Work task:
Copy the records below verbatim, from the first line through the line containing "#321=CARTESIAN_POINT('',(-32.105094,-14.814016,11.6));", inclusive, and output nothing else.

Data provided:
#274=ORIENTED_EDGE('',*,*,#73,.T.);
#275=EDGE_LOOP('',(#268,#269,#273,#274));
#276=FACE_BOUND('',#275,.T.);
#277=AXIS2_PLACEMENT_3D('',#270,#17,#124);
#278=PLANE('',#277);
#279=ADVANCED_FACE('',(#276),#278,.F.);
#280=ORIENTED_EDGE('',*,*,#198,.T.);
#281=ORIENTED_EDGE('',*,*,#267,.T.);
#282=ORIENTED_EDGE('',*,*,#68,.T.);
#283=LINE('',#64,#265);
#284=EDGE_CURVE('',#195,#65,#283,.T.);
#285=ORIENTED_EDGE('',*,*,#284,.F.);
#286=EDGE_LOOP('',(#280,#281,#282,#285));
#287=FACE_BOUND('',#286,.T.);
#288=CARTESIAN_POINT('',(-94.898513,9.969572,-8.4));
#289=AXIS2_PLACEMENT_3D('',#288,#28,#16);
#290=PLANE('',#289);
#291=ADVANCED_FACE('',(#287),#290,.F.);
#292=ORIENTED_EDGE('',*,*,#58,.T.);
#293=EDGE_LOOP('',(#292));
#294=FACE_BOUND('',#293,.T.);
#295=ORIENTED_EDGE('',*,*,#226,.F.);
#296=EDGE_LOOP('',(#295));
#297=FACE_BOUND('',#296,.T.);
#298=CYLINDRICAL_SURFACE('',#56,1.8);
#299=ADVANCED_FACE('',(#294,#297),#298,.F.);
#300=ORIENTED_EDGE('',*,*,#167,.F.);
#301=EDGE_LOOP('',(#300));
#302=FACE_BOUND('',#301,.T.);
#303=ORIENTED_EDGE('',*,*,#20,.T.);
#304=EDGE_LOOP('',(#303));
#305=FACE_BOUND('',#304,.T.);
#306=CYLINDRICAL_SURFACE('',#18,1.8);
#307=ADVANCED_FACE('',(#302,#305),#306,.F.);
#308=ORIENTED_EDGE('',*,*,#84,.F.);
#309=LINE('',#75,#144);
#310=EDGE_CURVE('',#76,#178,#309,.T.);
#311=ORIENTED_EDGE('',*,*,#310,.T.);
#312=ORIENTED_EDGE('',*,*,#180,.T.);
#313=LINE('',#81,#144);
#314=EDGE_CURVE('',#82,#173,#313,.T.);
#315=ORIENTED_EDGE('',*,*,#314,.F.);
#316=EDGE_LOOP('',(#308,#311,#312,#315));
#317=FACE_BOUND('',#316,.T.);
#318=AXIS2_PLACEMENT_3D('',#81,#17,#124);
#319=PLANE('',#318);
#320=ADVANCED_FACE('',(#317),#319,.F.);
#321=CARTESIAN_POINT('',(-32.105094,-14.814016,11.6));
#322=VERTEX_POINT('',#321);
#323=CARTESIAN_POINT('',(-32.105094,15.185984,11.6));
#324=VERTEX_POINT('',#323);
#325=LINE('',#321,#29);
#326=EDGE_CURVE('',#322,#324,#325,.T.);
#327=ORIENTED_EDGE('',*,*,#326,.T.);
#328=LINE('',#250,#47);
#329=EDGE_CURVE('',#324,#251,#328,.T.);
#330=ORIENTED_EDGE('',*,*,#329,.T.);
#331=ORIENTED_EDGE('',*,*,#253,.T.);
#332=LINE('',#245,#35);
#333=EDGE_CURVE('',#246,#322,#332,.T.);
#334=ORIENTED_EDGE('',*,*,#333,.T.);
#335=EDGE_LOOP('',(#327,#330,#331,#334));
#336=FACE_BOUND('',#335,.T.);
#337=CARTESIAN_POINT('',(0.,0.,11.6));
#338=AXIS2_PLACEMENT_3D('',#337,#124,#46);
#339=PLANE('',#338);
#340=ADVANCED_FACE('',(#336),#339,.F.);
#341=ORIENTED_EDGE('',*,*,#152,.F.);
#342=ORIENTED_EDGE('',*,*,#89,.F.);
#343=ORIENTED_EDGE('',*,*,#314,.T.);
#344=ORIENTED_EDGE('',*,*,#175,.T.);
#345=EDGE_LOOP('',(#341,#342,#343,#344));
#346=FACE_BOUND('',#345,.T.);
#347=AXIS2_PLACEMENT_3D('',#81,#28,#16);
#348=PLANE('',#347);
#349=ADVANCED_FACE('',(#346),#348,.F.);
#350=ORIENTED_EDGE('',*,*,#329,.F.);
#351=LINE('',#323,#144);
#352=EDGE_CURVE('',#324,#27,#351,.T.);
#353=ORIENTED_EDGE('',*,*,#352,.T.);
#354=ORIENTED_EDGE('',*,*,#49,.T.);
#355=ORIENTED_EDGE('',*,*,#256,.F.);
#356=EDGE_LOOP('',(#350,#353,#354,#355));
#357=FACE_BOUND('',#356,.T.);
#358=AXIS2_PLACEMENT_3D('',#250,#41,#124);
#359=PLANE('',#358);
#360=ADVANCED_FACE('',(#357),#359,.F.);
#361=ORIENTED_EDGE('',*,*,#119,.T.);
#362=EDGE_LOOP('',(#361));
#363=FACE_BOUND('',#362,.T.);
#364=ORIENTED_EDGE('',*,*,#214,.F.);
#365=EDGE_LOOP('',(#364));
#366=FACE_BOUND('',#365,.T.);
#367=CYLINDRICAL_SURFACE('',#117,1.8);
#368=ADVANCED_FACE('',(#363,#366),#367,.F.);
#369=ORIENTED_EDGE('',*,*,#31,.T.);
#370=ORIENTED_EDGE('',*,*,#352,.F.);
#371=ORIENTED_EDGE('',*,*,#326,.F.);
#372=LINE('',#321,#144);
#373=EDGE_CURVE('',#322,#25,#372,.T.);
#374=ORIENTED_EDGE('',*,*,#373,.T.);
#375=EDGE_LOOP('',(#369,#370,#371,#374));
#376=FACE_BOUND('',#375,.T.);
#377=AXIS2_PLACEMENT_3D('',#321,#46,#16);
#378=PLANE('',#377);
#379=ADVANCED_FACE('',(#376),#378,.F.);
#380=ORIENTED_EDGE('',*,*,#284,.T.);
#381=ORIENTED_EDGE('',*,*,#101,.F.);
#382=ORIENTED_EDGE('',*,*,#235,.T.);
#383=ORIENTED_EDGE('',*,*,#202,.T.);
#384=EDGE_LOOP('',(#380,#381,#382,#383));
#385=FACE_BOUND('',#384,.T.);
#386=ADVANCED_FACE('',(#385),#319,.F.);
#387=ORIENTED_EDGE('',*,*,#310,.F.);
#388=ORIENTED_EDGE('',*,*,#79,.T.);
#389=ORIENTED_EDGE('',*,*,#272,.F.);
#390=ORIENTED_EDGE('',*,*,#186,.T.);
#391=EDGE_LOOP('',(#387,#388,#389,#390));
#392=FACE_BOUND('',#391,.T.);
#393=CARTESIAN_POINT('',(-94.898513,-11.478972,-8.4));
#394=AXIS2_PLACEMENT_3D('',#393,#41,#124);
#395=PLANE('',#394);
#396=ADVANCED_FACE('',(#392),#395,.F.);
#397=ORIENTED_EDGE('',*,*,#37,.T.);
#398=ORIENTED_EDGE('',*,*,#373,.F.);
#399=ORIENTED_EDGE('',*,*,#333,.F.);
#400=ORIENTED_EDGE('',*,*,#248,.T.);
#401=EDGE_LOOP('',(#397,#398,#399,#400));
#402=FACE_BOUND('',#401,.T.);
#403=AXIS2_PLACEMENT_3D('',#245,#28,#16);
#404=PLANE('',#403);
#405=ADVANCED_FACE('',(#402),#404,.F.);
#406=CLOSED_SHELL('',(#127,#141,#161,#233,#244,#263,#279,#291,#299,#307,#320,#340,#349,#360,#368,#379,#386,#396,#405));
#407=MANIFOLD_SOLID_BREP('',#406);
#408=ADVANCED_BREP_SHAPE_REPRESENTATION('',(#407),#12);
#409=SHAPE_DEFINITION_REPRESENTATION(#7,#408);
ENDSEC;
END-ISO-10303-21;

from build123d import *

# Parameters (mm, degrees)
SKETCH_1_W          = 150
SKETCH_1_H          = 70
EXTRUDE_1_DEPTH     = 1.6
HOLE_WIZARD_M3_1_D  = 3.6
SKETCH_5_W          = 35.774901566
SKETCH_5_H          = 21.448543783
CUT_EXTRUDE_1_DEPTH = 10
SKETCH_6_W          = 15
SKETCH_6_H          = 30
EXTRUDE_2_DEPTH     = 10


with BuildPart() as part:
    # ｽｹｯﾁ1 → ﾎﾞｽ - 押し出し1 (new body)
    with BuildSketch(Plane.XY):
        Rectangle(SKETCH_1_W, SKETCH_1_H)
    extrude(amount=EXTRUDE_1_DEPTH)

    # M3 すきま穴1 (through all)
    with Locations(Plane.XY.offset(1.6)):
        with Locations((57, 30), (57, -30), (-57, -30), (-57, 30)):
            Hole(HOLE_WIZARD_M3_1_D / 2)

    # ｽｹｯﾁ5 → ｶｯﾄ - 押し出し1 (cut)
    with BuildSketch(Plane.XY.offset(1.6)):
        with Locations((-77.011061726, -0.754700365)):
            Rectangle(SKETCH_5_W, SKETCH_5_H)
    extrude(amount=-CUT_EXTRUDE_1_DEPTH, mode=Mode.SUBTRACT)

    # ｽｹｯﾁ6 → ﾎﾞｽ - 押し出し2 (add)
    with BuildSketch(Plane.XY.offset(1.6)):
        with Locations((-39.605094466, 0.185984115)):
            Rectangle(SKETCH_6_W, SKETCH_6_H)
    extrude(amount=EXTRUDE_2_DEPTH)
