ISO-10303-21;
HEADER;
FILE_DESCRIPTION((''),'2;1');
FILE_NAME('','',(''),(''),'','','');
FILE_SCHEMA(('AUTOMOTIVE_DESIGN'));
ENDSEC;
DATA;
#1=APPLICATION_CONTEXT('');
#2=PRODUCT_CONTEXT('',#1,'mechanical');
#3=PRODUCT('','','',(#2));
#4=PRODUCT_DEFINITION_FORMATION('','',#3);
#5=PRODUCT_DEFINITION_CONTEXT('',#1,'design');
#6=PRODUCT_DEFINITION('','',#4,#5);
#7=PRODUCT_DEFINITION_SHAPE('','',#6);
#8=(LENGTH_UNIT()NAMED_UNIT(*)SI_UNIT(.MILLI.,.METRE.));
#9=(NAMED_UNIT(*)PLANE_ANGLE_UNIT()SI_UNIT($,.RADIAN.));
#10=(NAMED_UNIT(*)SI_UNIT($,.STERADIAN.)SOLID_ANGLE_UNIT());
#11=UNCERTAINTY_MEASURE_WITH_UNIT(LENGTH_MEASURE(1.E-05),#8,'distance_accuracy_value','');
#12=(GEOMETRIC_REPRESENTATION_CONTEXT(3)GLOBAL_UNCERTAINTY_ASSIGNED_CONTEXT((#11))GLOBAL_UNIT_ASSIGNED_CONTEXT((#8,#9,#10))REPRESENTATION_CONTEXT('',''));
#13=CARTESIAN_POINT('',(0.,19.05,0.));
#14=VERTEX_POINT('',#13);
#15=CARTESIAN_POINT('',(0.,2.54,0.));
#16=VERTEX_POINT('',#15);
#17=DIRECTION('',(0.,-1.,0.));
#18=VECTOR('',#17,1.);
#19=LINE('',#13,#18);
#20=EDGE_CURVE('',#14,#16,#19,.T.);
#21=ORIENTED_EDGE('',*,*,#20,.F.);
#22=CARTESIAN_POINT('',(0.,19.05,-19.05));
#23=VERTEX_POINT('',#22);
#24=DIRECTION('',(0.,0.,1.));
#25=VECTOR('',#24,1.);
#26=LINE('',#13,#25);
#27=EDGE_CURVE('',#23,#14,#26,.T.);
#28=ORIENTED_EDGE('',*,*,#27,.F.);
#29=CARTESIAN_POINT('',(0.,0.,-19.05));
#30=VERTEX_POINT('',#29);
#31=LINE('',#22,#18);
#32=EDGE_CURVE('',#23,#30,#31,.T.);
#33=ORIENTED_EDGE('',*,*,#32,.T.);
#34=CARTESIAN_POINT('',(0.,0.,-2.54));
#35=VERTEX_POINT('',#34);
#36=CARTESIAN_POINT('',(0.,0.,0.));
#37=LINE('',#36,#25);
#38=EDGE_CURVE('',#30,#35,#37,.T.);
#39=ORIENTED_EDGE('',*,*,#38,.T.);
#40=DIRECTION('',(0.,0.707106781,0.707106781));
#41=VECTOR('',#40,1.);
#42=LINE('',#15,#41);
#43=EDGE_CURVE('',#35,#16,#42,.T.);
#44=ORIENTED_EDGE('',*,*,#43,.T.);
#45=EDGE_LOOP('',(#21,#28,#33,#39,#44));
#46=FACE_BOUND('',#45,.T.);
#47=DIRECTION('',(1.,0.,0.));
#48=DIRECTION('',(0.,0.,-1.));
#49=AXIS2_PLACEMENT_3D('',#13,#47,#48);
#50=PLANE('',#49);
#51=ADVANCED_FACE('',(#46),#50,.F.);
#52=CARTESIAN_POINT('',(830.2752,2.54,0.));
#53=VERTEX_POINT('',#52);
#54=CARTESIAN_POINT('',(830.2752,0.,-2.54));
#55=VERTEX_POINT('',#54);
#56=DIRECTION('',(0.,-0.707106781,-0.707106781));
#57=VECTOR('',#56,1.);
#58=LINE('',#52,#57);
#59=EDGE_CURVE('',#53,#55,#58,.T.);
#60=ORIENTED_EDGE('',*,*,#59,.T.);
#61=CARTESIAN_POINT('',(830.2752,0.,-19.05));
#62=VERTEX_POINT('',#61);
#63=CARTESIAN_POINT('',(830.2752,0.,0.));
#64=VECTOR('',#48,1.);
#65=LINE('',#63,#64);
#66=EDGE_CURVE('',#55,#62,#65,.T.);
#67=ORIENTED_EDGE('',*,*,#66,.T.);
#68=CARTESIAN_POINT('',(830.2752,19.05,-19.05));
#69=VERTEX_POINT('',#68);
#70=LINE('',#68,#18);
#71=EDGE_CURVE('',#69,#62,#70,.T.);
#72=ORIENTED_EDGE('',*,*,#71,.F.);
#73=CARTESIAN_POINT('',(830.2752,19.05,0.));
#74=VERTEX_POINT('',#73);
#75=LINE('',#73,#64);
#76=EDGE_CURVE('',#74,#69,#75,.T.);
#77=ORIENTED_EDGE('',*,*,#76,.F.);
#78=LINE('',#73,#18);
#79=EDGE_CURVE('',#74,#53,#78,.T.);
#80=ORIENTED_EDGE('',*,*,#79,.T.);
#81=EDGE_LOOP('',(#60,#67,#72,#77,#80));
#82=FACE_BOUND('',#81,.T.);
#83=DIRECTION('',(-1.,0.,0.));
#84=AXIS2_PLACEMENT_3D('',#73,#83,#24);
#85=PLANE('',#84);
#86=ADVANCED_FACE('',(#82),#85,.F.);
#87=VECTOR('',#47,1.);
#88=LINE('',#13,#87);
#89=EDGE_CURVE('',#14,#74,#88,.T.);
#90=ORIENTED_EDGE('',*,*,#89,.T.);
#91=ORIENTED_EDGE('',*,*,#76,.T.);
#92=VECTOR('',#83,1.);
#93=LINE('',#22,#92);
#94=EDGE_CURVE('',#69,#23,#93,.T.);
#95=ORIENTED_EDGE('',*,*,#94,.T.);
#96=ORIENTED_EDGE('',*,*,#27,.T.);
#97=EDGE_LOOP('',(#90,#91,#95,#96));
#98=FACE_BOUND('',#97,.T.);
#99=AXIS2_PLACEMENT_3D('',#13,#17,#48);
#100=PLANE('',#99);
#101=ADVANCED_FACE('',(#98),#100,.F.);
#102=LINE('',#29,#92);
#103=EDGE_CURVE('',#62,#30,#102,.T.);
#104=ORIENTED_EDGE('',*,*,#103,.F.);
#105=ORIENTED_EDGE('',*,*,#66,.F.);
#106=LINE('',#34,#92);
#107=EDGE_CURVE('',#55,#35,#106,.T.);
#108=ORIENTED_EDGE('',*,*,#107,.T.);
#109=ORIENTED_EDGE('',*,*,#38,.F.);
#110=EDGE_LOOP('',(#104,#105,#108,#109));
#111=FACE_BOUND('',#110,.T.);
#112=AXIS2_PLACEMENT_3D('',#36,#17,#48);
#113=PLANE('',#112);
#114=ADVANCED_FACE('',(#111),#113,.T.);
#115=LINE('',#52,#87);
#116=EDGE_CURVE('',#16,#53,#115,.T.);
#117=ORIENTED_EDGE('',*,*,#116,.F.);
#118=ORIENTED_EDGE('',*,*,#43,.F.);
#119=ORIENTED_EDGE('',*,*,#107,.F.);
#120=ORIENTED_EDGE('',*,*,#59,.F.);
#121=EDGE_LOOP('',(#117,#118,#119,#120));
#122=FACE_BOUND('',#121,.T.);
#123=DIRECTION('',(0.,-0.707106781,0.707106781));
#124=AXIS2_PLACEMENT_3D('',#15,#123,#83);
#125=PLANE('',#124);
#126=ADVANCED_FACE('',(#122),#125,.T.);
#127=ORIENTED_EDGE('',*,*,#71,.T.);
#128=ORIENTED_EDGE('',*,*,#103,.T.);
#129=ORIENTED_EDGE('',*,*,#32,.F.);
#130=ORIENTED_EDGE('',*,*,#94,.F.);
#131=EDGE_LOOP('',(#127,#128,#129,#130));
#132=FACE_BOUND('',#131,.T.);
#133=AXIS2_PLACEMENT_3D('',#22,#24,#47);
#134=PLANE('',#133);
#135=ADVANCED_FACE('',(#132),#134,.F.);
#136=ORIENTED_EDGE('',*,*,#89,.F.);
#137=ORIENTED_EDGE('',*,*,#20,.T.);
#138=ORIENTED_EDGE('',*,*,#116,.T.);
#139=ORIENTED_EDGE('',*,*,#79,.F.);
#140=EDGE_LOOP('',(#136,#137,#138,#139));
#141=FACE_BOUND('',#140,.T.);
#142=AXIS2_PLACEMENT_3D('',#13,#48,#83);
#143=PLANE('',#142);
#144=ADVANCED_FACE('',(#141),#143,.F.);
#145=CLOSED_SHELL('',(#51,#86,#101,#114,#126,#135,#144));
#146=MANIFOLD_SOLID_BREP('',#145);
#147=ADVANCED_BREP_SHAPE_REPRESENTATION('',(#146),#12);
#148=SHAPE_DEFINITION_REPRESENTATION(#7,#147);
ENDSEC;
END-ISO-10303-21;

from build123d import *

# Parameters (mm, degrees)
SKETCH1_W           = 830.2752
SKETCH1_H           = 19.05
BOSS_EXTRUDE1_DEPTH = 19.05
CHAMFER1_SIZE       = 2.54


with BuildPart() as part:
    # Sketch1 → Boss-Extrude1 (new body)
    with BuildSketch(Plane(origin=(0, 0, 0), x_dir=(1, 0, 0), z_dir=(0, 1, 0))):
        with Locations((415.1376, 9.525)):
            Rectangle(SKETCH1_W, SKETCH1_H)
    extrude(amount=BOSS_EXTRUDE1_DEPTH)

    # Chamfer1
    chamfer1_edges = [part.edges().sort_by_distance(p)[0] for p in [
        (415.1376, 0, 0),
    ]]
    chamfer(chamfer1_edges, length=CHAMFER1_SIZE)


solid = part.part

Result below:
#274=ORIENTED_EDGE('',*,*,#73,.T.);
#275=EDGE_LOOP('',(#268,#269,#273,#274));
#276=FACE_BOUND('',#275,.T.);
#277=AXIS2_PLACEMENT_3D('',#270,#17,#124);
#278=PLANE('',#277);
#279=ADVANCED_FACE('',(#276),#278,.F.);
#280=ORIENTED_EDGE('',*,*,#198,.T.);
#281=ORIENTED_EDGE('',*,*,#267,.T.);
#282=ORIENTED_EDGE('',*,*,#68,.T.);
#283=LINE('',#64,#265);
#284=EDGE_CURVE('',#195,#65,#283,.T.);
#285=ORIENTED_EDGE('',*,*,#284,.F.);
#286=EDGE_LOOP('',(#280,#281,#282,#285));
#287=FACE_BOUND('',#286,.T.);
#288=CARTESIAN_POINT('',(-94.898513,9.969572,-8.4));
#289=AXIS2_PLACEMENT_3D('',#288,#28,#16);
#290=PLANE('',#289);
#291=ADVANCED_FACE('',(#287),#290,.F.);
#292=ORIENTED_EDGE('',*,*,#58,.T.);
#293=EDGE_LOOP('',(#292));
#294=FACE_BOUND('',#293,.T.);
#295=ORIENTED_EDGE('',*,*,#226,.F.);
#296=EDGE_LOOP('',(#295));
#297=FACE_BOUND('',#296,.T.);
#298=CYLINDRICAL_SURFACE('',#56,1.8);
#299=ADVANCED_FACE('',(#294,#297),#298,.F.);
#300=ORIENTED_EDGE('',*,*,#167,.F.);
#301=EDGE_LOOP('',(#300));
#302=FACE_BOUND('',#301,.T.);
#303=ORIENTED_EDGE('',*,*,#20,.T.);
#304=EDGE_LOOP('',(#303));
#305=FACE_BOUND('',#304,.T.);
#306=CYLINDRICAL_SURFACE('',#18,1.8);
#307=ADVANCED_FACE('',(#302,#305),#306,.F.);
#308=ORIENTED_EDGE('',*,*,#84,.F.);
#309=LINE('',#75,#144);
#310=EDGE_CURVE('',#76,#178,#309,.T.);
#311=ORIENTED_EDGE('',*,*,#310,.T.);
#312=ORIENTED_EDGE('',*,*,#180,.T.);
#313=LINE('',#81,#144);
#314=EDGE_CURVE('',#82,#173,#313,.T.);
#315=ORIENTED_EDGE('',*,*,#314,.F.);
#316=EDGE_LOOP('',(#308,#311,#312,#315));
#317=FACE_BOUND('',#316,.T.);
#318=AXIS2_PLACEMENT_3D('',#81,#17,#124);
#319=PLANE('',#318);
#320=ADVANCED_FACE('',(#317),#319,.F.);
#321=CARTESIAN_POINT('',(-32.105094,-14.814016,11.6));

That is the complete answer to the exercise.